%%

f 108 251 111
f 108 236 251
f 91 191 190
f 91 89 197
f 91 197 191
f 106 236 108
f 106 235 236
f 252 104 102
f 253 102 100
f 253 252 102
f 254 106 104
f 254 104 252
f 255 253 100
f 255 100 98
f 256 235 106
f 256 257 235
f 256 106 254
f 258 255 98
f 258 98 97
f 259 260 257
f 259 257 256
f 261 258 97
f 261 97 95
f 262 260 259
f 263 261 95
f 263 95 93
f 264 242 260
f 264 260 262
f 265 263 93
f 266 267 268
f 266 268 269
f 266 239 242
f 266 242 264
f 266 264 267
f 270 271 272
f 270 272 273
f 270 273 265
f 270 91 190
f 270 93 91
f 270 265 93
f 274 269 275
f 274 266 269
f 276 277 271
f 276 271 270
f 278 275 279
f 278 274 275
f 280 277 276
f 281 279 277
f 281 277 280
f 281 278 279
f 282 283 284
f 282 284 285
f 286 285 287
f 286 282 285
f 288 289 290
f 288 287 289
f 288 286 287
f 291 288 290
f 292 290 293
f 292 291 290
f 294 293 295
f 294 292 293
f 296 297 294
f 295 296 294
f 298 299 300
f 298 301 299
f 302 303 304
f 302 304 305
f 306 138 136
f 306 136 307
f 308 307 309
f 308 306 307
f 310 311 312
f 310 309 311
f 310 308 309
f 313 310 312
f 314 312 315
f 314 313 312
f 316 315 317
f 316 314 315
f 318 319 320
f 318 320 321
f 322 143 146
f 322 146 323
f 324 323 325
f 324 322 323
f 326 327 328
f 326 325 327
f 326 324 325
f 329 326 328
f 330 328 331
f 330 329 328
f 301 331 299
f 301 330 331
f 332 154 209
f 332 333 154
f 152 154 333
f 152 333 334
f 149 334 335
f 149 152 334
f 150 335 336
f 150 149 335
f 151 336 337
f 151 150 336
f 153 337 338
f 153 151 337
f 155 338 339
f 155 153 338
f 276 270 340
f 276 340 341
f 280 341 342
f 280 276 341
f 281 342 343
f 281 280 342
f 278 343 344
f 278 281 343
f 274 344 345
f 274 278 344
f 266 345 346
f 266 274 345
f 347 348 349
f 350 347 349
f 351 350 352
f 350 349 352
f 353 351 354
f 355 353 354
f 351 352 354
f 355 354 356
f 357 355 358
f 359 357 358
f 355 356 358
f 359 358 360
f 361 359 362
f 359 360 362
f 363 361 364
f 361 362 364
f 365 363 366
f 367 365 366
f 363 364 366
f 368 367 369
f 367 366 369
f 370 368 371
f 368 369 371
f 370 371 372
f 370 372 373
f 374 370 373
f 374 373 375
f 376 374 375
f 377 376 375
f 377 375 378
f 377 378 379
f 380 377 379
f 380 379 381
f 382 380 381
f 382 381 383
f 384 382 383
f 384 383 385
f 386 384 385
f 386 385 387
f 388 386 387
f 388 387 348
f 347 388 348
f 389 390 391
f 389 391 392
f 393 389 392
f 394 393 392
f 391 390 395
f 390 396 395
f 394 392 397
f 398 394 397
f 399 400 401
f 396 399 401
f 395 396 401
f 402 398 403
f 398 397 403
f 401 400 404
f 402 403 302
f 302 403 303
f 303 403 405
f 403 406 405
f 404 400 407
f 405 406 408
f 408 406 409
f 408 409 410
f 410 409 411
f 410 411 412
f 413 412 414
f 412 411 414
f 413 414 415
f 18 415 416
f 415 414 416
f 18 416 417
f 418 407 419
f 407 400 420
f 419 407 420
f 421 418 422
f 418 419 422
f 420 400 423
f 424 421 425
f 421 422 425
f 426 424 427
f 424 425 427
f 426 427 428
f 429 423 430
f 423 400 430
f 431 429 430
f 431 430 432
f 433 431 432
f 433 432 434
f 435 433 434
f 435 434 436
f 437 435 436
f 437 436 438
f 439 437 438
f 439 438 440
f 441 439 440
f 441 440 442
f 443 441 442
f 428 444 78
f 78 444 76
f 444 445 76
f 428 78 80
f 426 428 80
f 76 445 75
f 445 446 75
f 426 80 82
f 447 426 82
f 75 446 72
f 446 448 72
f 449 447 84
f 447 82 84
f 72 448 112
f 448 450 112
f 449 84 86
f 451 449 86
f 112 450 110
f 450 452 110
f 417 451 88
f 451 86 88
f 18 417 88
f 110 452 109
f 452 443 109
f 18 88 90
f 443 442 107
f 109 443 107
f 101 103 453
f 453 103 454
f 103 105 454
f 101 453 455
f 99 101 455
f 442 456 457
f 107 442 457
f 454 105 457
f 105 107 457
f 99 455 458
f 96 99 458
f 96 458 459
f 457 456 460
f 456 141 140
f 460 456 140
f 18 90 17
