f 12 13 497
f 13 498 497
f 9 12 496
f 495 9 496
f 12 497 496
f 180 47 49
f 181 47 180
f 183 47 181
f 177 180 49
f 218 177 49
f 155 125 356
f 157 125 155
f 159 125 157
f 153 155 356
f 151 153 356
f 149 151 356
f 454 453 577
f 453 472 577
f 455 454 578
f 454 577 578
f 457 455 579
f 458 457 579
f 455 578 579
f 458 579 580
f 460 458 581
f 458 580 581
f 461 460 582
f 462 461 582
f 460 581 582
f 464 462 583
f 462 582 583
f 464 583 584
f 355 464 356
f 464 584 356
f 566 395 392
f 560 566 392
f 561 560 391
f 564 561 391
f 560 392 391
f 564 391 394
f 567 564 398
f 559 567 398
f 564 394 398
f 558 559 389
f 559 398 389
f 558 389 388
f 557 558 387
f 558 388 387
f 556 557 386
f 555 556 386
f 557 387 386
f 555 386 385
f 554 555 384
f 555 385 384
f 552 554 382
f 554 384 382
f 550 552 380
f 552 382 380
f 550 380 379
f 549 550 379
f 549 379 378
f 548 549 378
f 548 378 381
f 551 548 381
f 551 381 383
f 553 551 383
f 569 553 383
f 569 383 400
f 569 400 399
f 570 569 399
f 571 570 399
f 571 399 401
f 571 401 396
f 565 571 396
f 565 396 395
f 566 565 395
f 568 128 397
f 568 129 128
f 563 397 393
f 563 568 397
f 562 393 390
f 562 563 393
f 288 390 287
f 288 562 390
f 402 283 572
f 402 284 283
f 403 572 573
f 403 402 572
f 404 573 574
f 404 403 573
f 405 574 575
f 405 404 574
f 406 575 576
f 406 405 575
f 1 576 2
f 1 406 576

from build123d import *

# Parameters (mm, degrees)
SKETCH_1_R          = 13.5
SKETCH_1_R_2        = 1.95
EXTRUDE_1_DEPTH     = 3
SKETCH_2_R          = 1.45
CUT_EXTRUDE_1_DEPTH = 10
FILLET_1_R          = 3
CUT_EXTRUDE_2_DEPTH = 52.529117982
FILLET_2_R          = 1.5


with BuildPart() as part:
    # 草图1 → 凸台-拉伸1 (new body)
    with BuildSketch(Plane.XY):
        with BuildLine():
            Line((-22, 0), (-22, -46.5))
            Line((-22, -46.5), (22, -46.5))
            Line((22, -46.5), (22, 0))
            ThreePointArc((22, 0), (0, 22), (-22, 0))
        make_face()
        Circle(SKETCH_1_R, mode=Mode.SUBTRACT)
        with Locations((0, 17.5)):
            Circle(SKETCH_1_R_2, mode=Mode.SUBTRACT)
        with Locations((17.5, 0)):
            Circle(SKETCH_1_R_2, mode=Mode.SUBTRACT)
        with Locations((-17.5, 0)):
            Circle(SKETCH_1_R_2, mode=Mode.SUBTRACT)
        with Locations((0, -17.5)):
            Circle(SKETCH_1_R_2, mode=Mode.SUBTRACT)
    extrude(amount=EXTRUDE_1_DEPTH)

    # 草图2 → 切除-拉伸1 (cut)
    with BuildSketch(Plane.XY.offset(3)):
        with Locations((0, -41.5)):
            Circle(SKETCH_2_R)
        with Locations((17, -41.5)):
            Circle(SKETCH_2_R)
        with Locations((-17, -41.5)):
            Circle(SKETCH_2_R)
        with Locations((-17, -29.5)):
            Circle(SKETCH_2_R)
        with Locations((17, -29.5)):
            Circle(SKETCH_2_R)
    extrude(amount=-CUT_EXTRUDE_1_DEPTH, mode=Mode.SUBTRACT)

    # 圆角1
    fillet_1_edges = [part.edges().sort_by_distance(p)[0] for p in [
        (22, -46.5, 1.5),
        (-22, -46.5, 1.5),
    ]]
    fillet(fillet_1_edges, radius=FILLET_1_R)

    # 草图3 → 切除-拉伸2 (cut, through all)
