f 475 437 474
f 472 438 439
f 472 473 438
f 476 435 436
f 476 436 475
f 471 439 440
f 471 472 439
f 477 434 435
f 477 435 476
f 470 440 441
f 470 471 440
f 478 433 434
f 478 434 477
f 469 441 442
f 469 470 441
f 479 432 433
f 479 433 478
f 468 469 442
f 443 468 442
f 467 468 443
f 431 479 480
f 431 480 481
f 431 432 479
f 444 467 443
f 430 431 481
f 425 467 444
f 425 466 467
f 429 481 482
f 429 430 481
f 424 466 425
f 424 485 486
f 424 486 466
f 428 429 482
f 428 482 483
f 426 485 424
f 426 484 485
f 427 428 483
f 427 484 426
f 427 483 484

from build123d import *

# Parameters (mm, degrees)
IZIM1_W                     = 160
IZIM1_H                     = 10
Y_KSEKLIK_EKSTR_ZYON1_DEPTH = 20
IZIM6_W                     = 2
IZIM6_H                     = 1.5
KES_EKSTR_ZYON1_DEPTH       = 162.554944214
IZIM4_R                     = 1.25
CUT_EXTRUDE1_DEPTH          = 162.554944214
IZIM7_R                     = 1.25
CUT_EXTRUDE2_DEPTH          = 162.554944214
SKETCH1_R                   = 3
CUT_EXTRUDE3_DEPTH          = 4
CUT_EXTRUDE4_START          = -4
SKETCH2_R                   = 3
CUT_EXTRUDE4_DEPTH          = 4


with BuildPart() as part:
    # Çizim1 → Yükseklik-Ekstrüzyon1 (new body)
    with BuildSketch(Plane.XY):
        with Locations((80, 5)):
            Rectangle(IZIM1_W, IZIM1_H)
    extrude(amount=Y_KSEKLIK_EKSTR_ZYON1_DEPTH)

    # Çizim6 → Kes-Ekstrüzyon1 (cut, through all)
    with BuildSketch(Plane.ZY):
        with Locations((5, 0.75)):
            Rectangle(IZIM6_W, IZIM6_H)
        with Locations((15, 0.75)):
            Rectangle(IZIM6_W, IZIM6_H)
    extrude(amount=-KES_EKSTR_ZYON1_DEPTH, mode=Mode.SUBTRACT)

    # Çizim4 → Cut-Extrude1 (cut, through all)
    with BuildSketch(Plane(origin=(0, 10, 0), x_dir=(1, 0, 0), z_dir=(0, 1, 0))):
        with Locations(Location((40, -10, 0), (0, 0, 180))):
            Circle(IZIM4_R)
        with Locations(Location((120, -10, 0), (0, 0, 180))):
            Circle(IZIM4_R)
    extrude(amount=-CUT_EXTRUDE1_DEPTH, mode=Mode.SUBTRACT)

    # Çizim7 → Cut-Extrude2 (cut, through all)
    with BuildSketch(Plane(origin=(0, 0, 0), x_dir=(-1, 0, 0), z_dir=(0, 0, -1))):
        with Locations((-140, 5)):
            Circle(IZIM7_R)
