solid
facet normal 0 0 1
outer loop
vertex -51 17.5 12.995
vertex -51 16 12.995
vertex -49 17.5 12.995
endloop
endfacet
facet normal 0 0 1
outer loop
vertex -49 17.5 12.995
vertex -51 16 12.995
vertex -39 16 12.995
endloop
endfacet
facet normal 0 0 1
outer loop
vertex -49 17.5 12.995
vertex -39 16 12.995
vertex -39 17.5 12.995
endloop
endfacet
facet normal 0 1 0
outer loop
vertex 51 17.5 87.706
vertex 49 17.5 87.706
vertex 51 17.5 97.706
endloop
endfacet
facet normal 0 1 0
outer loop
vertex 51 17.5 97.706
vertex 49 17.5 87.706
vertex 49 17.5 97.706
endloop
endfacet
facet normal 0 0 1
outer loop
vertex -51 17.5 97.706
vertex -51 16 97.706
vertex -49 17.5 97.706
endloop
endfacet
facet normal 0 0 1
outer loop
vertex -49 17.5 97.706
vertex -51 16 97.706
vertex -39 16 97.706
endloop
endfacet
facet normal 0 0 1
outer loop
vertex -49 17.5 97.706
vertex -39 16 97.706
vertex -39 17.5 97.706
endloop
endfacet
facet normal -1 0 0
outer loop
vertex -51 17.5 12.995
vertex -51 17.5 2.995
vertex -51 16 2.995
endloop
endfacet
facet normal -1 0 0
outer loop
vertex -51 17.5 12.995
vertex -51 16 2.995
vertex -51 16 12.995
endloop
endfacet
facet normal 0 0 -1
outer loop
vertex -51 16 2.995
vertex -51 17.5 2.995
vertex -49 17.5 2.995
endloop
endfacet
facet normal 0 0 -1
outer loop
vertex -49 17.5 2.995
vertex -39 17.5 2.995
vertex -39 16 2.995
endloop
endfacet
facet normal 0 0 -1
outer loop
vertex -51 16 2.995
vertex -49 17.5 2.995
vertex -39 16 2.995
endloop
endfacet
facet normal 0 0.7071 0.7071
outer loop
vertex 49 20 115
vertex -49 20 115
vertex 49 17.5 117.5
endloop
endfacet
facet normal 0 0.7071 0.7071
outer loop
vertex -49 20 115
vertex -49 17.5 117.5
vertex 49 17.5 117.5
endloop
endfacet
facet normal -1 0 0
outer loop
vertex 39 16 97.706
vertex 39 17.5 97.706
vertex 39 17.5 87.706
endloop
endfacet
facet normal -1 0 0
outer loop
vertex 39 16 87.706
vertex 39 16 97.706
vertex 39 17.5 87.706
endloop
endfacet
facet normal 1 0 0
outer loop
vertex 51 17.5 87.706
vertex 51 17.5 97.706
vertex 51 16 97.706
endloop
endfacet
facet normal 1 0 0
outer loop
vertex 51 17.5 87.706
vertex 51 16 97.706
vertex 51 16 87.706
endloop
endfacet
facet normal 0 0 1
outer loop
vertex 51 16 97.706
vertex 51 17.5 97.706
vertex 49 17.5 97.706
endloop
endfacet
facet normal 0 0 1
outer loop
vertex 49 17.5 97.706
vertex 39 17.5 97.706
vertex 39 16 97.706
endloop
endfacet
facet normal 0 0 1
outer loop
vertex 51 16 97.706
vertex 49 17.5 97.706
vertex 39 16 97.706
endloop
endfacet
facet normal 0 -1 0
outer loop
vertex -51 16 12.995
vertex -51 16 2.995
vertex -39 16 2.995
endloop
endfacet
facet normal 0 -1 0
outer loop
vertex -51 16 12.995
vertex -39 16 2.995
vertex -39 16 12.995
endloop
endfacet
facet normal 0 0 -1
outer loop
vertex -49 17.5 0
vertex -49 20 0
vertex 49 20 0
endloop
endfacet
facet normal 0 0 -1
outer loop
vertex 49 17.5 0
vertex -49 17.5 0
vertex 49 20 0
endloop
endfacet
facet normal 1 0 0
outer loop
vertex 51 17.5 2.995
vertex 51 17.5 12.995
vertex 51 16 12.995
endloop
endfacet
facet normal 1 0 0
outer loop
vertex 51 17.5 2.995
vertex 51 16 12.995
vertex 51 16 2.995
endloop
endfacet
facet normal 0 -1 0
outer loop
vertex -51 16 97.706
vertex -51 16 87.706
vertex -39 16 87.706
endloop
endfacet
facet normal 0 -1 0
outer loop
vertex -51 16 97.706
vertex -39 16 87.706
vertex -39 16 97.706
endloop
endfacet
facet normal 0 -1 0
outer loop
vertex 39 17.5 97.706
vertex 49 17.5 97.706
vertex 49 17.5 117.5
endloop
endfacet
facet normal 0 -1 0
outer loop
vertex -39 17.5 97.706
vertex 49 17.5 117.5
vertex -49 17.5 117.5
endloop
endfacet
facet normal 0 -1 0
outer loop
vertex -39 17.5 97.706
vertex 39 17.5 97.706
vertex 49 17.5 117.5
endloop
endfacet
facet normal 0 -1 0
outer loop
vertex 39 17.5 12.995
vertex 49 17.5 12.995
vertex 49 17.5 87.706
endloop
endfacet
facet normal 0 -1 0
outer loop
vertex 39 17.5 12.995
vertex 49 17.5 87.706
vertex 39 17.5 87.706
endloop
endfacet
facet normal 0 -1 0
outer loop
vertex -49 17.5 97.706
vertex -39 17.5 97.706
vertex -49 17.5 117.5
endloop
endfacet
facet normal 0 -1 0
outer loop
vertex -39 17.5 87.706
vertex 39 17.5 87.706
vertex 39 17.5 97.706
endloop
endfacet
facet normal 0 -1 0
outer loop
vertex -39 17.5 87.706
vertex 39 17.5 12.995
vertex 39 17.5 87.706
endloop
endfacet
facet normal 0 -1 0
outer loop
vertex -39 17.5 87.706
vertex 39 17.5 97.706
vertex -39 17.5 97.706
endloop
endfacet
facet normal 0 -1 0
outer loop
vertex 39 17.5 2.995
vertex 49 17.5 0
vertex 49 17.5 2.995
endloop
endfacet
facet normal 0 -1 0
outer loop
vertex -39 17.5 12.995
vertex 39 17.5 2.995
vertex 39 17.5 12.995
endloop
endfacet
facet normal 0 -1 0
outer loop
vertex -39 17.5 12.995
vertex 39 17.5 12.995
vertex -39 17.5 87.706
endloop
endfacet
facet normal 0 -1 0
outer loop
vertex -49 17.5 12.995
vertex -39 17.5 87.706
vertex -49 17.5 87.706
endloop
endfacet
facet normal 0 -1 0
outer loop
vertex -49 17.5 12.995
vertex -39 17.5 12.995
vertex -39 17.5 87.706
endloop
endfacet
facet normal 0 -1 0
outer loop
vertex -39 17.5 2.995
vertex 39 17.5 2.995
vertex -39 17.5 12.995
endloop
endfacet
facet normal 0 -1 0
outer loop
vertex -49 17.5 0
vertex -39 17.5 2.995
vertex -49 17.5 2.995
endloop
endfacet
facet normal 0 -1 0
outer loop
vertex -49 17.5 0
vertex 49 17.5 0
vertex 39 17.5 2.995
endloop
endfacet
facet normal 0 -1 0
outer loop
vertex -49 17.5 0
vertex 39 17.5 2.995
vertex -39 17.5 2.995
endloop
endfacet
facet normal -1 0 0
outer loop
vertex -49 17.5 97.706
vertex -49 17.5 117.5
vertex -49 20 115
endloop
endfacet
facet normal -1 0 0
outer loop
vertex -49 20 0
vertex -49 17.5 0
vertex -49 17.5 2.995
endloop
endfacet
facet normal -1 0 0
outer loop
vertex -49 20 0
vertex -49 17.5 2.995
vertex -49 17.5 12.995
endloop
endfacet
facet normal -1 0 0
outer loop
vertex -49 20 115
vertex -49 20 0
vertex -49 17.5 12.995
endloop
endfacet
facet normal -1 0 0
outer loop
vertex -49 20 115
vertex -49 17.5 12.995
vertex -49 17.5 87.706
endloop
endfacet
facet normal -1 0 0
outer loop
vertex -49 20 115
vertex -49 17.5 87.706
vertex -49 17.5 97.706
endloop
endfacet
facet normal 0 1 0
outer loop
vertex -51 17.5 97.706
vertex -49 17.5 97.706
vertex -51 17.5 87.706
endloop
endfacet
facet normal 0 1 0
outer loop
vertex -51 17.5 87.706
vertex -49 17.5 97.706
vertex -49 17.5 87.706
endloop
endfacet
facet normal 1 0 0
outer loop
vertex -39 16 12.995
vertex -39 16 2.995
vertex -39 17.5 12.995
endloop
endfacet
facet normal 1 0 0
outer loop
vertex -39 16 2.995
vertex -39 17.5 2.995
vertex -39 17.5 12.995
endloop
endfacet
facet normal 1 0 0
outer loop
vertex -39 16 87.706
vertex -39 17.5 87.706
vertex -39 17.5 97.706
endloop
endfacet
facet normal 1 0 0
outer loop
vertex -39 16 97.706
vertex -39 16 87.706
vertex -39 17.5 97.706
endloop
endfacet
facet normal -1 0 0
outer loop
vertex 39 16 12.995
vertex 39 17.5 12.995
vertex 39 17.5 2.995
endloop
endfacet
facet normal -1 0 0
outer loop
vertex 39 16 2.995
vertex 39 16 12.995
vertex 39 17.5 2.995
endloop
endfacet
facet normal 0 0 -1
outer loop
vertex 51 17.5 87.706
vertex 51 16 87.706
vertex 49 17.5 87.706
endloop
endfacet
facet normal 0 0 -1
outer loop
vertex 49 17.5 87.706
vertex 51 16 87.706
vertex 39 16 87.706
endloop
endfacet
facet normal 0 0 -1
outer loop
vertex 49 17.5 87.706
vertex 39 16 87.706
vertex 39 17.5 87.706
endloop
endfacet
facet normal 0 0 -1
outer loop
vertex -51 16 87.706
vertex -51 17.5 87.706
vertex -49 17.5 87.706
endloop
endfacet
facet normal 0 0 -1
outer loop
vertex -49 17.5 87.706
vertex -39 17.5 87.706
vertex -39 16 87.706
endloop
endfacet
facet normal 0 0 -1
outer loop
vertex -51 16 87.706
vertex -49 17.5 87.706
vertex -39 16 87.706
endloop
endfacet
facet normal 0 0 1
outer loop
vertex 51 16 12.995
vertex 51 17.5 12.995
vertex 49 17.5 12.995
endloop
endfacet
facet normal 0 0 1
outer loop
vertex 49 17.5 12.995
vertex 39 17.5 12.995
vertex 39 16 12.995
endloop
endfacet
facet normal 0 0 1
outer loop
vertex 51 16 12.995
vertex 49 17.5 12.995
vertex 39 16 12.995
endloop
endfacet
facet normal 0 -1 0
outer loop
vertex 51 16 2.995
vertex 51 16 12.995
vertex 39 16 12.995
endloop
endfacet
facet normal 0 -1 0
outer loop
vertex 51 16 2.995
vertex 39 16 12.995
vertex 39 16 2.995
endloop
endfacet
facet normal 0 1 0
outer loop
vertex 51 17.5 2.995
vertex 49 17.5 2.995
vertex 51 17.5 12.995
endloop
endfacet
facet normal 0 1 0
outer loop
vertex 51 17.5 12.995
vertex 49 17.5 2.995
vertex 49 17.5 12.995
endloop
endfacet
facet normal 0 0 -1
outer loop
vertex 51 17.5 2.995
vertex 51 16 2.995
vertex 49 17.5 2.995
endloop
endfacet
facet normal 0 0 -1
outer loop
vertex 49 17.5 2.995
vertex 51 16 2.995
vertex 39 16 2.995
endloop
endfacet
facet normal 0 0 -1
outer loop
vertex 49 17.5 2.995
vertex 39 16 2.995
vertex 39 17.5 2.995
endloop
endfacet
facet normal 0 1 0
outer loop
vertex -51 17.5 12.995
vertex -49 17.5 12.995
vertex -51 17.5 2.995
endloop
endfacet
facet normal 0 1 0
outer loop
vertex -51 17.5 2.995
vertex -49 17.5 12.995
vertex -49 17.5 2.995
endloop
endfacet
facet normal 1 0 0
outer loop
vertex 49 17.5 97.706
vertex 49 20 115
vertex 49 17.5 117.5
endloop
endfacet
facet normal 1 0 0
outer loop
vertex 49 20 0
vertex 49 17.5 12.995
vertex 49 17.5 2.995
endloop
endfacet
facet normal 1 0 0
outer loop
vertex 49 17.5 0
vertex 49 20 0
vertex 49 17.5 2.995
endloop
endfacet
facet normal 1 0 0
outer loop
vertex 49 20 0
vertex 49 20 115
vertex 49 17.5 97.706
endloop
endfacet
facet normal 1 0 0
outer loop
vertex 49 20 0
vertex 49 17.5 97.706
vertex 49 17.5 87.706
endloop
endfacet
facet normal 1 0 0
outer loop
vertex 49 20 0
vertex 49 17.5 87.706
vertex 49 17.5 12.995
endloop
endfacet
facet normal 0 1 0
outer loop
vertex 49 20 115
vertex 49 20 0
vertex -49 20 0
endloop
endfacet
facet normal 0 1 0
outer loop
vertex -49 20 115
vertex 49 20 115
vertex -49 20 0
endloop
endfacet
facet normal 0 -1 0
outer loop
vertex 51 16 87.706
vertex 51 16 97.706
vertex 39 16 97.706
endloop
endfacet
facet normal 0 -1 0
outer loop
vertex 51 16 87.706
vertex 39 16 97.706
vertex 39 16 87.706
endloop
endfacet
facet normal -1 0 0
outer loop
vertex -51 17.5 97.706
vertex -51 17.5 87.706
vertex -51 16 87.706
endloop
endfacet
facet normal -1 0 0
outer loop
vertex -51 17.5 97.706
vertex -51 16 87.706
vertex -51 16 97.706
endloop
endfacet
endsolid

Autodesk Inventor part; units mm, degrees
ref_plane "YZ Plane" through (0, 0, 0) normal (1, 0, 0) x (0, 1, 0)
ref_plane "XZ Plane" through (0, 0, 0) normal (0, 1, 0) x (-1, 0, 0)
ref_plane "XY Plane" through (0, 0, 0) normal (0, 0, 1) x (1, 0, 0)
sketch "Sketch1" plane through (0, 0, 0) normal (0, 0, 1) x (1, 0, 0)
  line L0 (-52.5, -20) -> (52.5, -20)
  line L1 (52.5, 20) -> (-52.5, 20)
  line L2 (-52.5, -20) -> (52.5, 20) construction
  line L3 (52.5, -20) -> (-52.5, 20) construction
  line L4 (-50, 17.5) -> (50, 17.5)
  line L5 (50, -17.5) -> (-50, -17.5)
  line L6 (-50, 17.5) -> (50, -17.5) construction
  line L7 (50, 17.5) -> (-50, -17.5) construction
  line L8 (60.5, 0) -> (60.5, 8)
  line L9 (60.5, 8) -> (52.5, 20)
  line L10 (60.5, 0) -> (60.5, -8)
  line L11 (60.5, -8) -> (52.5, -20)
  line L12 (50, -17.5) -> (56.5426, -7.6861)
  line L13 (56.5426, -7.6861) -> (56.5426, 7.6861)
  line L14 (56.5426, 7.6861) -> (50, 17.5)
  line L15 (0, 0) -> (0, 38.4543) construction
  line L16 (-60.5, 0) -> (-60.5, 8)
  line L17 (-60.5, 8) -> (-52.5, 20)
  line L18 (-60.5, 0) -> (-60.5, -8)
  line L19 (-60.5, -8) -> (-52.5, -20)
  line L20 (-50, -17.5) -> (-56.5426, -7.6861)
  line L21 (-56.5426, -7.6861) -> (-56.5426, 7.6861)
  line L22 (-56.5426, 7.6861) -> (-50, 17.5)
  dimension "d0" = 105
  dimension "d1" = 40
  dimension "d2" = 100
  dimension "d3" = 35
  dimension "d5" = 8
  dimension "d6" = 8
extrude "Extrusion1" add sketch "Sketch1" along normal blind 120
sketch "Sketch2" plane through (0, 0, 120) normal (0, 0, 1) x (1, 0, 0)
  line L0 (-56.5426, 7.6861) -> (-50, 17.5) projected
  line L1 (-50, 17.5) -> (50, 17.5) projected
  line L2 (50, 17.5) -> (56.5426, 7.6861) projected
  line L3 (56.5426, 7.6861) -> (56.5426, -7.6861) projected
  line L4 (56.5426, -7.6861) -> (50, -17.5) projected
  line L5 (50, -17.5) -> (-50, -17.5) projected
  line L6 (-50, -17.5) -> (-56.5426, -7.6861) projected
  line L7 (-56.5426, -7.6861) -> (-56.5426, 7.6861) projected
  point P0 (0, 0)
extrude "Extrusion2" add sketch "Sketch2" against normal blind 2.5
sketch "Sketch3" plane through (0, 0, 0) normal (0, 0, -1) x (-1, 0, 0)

%%

■ Required work:
Give back exactly what runs from the first line of the listing above to the line that contains "f 324 323 325", keeping both end lines.

■ Problem solution:
f 108 251 111
f 108 236 251
f 91 191 190
f 91 89 197
f 91 197 191
f 106 236 108
f 106 235 236
f 252 104 102
f 253 102 100
f 253 252 102
f 254 106 104
f 254 104 252
f 255 253 100
f 255 100 98
f 256 235 106
f 256 257 235
f 256 106 254
f 258 255 98
f 258 98 97
f 259 260 257
f 259 257 256
f 261 258 97
f 261 97 95
f 262 260 259
f 263 261 95
f 263 95 93
f 264 242 260
f 264 260 262
f 265 263 93
f 266 267 268
f 266 268 269
f 266 239 242
f 266 242 264
f 266 264 267
f 270 271 272
f 270 272 273
f 270 273 265
f 270 91 190
f 270 93 91
f 270 265 93
f 274 269 275
f 274 266 269
f 276 277 271
f 276 271 270
f 278 275 279
f 278 274 275
f 280 277 276
f 281 279 277
f 281 277 280
f 281 278 279
f 282 283 284
f 282 284 285
f 286 285 287
f 286 282 285
f 288 289 290
f 288 287 289
f 288 286 287
f 291 288 290
f 292 290 293
f 292 291 290
f 294 293 295
f 294 292 293
f 296 297 294
f 295 296 294
f 298 299 300
f 298 301 299
f 302 303 304
f 302 304 305
f 306 138 136
f 306 136 307
f 308 307 309
f 308 306 307
f 310 311 312
f 310 309 311
f 310 308 309
f 313 310 312
f 314 312 315
f 314 313 312
f 316 315 317
f 316 314 315
f 318 319 320
f 318 320 321
f 322 143 146
f 322 146 323
f 324 323 325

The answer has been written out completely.